Elon Musk and US securities regulators have settled their dispute over the Tesla boss’s tweets, with Mr Musk agreeing to having his future communications regarding the electric-car maker pre-approved by a company-employed expert.
The Securities and Exchange Commission (SEC) and Mr Musk reached the agreement, which they detailed in filings on Friday in federal court in Manhattan.
The agreement must be approved by US District Judge Alison Nathan, who has presided over the case.
The deal means Mr Musk would no longer face the threat of being held in contempt as the SEC has demanded.
The agency had alleged that Mr Musk violated a previous settlement requiring his tweets to be approved by a lawyer if they disclose important company facts.

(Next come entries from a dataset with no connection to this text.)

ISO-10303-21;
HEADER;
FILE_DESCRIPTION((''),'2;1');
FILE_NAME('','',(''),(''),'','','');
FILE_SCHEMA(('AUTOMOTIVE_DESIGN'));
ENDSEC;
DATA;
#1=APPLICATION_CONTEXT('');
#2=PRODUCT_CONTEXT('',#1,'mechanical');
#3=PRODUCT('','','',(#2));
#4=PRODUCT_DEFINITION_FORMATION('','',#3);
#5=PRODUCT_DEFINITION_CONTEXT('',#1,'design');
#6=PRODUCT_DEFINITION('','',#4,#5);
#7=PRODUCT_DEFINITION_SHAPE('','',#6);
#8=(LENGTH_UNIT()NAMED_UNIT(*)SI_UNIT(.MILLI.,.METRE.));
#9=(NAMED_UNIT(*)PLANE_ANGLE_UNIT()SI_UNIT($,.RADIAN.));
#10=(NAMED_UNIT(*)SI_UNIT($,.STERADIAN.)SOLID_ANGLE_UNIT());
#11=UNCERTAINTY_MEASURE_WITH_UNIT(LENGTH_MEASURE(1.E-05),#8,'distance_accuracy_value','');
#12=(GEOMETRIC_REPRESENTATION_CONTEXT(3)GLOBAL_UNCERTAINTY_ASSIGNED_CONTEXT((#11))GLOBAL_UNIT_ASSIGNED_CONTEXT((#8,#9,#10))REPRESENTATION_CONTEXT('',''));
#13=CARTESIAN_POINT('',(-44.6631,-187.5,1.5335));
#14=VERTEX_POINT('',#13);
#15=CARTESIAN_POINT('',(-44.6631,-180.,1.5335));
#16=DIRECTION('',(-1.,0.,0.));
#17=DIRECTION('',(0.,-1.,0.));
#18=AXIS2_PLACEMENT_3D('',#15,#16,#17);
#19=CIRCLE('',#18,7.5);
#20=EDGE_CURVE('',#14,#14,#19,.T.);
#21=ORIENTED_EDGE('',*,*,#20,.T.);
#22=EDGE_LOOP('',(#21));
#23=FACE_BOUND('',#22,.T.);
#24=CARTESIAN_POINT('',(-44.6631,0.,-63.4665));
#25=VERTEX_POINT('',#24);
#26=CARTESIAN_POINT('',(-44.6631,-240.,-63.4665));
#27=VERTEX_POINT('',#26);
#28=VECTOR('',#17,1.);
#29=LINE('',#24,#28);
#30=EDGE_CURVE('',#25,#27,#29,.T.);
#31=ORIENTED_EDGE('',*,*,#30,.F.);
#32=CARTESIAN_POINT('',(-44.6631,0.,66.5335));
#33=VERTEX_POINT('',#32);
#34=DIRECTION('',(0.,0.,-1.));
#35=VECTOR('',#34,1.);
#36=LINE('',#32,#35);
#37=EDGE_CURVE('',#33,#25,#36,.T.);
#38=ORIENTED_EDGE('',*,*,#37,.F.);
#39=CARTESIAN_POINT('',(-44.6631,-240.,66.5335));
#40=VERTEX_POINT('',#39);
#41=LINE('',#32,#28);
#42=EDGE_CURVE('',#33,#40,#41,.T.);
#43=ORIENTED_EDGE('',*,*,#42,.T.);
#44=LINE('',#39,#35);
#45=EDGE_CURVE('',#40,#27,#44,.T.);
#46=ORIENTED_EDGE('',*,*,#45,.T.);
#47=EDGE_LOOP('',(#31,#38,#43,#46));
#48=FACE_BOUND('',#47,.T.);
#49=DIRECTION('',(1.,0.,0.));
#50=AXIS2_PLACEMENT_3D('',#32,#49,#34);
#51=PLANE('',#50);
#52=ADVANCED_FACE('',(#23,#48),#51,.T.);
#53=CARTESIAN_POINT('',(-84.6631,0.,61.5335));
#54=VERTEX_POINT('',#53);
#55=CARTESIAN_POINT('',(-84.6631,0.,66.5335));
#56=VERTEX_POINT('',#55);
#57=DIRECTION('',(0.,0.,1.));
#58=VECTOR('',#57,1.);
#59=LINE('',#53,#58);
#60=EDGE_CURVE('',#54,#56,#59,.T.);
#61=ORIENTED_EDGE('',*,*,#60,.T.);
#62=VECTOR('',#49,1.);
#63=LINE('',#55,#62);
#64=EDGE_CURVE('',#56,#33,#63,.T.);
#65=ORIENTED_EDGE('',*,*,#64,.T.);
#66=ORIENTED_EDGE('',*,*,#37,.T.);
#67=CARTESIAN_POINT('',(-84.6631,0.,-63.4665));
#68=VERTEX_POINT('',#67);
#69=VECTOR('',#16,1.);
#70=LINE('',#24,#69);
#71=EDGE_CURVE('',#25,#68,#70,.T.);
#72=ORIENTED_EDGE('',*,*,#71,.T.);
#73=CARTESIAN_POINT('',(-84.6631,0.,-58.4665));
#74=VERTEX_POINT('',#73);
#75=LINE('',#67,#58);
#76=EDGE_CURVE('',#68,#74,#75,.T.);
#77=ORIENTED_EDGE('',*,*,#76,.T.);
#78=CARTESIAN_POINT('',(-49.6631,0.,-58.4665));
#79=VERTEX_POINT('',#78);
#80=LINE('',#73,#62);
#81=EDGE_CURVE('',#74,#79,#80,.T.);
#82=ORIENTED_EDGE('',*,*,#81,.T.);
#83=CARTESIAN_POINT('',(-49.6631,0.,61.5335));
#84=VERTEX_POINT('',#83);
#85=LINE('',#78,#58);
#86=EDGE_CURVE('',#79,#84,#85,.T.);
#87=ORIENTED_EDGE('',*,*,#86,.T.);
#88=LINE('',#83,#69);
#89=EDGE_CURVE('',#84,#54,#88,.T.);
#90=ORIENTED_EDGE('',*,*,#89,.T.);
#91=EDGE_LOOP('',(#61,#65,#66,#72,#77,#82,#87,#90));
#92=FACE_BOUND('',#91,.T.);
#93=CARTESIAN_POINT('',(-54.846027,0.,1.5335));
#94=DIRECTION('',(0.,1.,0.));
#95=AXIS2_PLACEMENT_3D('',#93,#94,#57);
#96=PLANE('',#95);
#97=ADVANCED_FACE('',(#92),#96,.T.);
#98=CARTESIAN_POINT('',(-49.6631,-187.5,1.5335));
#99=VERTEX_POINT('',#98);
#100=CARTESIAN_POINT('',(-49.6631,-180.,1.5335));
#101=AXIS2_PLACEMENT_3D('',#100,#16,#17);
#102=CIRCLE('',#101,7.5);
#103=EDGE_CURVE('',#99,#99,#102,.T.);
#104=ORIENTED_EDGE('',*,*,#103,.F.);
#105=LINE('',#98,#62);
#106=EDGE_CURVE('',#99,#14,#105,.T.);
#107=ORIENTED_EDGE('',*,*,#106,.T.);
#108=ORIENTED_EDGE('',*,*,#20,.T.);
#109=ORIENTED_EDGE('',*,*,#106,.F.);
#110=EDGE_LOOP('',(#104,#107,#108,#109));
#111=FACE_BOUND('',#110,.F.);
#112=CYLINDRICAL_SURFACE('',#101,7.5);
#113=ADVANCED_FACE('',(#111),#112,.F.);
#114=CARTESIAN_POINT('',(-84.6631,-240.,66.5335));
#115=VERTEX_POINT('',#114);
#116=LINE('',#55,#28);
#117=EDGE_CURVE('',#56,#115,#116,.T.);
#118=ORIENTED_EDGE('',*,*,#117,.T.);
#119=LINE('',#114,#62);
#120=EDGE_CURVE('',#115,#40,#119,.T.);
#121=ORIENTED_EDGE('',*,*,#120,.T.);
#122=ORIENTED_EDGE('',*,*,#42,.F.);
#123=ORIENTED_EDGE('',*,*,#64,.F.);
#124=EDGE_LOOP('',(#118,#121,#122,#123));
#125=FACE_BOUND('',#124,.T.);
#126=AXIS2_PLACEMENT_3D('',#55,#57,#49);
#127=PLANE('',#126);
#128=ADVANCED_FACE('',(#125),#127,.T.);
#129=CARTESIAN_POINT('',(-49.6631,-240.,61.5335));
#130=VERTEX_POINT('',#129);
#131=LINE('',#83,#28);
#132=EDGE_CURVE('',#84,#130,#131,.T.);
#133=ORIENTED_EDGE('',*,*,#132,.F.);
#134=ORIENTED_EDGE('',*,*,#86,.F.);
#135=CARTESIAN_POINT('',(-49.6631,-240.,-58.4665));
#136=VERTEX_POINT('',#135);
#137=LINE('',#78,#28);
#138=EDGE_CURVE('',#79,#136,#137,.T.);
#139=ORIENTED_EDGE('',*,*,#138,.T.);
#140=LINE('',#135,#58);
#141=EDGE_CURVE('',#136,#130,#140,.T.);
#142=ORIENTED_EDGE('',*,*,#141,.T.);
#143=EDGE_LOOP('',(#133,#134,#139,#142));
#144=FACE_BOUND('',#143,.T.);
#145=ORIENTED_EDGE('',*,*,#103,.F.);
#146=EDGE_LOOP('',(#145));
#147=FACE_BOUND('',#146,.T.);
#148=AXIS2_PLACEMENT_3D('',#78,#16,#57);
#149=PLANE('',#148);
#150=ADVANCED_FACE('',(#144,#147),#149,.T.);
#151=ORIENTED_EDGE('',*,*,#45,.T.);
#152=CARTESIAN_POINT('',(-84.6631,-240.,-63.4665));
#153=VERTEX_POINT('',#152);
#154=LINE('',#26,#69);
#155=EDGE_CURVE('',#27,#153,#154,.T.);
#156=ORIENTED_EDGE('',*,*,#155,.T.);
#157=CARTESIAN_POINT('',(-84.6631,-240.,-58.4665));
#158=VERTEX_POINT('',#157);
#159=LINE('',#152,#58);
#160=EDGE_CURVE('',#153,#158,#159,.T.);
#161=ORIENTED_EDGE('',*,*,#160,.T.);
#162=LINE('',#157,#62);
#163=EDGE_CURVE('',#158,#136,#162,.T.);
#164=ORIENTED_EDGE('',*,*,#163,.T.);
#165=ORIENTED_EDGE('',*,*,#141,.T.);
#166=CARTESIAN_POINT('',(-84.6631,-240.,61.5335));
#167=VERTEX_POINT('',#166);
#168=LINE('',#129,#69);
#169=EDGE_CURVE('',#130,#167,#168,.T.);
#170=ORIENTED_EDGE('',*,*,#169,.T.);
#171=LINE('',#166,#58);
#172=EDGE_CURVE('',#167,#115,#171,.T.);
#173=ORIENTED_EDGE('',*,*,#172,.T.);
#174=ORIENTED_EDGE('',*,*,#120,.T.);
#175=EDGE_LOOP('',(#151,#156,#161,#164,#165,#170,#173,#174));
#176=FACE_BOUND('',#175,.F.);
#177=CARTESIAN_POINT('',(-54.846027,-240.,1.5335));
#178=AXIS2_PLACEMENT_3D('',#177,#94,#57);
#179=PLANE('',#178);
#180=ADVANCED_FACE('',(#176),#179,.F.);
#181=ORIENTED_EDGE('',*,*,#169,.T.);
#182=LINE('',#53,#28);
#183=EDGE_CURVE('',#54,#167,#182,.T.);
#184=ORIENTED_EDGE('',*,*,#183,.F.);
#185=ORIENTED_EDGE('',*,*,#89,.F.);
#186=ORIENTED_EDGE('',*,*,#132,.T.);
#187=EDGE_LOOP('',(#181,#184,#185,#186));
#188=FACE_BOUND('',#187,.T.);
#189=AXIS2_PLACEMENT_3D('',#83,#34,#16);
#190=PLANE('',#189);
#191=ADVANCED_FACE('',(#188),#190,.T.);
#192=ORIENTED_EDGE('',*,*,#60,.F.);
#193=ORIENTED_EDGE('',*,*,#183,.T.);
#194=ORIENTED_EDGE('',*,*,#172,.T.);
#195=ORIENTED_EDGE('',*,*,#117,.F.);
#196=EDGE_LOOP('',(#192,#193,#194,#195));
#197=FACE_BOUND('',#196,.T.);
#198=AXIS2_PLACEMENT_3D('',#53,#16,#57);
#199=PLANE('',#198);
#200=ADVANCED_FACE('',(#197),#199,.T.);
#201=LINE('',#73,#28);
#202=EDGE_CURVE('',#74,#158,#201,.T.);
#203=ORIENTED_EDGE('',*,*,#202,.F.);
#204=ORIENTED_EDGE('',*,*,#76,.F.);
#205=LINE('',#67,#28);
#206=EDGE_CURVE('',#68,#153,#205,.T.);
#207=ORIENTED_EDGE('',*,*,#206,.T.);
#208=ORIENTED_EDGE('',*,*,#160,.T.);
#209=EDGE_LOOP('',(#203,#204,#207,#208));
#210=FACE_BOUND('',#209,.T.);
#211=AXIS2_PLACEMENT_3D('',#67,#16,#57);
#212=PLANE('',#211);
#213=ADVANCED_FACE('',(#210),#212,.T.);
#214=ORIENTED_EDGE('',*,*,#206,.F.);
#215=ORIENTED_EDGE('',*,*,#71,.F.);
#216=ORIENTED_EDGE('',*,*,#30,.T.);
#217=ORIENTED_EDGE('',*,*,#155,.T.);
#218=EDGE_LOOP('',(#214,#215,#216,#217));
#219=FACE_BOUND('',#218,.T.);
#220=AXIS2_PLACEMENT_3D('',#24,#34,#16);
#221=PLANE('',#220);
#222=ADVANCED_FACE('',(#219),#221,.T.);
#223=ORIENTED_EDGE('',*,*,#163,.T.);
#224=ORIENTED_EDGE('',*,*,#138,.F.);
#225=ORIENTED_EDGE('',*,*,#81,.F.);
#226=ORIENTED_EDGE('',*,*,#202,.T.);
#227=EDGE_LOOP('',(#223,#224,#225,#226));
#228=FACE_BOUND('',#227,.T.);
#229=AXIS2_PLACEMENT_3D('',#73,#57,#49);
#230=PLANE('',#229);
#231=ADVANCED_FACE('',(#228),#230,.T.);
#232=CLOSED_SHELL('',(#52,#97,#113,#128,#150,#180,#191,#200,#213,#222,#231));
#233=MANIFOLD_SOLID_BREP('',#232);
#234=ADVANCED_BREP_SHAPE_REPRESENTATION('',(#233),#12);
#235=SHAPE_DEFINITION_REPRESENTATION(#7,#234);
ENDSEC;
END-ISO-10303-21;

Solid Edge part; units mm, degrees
sketch "Sketch1" plane through (0, 0, 0) normal (0, -1, 0) x (1, 0, 0)
  line L0 (-84.6631, 66.5335) -> (-44.6631, 66.5335)
  line L1 (-44.6631, 66.5335) -> (-44.6631, -63.4665)
  line L2 (-44.6631, -63.4665) -> (-84.6631, -63.4665)
  line L3 (-84.6631, -63.4665) -> (-84.6631, -58.4665)
  line L4 (-84.6631, -58.4665) -> (-49.6631, -58.4665)
  line L5 (-49.6631, -58.4665) -> (-49.6631, 61.5335)
  line L6 (-49.6631, 61.5335) -> (-84.6631, 61.5335)
  line L7 (-84.6631, 61.5335) -> (-84.6631, 66.5335)
  dimension "D1" = 130
  dimension "D2" = 5
  dimension "D3" = 5
  dimension "D4" = 40
  dimension "D5" = 5
extrude "Protrusion1" add sketch "Sketch1" along normal blind 240
sketch "Sketch2" plane through (-49.6631, -60, 1.5335) normal (-1, 0, 0) x (0, -1, 0)
  circle A0 centre (120, 0) radius 7.5
  dimension "D1" = 60
extrude "Cutout1" cut sketch "Sketch2" against normal through all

The SEC said Mr Musk violated the deal with a February 19 tweet about Tesla vehicle production that was not approved by the company’s “disclosure counsel”.
The agency contended that Mr Musk had not sought the lawyer’s approval for a single tweet.
Mr Musk’s lawyers contended his tweet that Tesla would produce about 500,000 vehicles this year did not need approval because it was not new information that would be meaningful to investors.
They said the SEC was violating Mr Musk’s First Amendment rights to free speech.
The new agreement requires Mr Musk to get approval in advance from “an experienced securities lawyer” employed by Tesla, which is based in Palo Alto, California, before he issues any written communication on a wide range of financial topics.
It is more specific and detailed than the previous accord regarding the affected topics. Those range from Tesla’s financial condition and results through potential mergers, sales numbers, new business lines and changes in control or top executive positions.
Word of the agreement came one day after Mr Musk and the SEC lawyers told Ms Nathan they were still trying to work out an agreement and needed an extension of their deadline, to Tuesday.
The original case goes back to a settlement reached last September after Mr Musk tweeted that he had secured the funding to take Tesla private at 420 dollars a share — a substantial premium over the company’s stock price at the time — when he did not.
That tweet, last August, sent Tesla’s stock on a wild ride. The SEC maintains it hurt investors who bought the stock after the tweet but before they had accurate information.
Mr Musk later backed off the idea of taking the company private, but the regulators concluded he had not lined up the money to pull off the deal.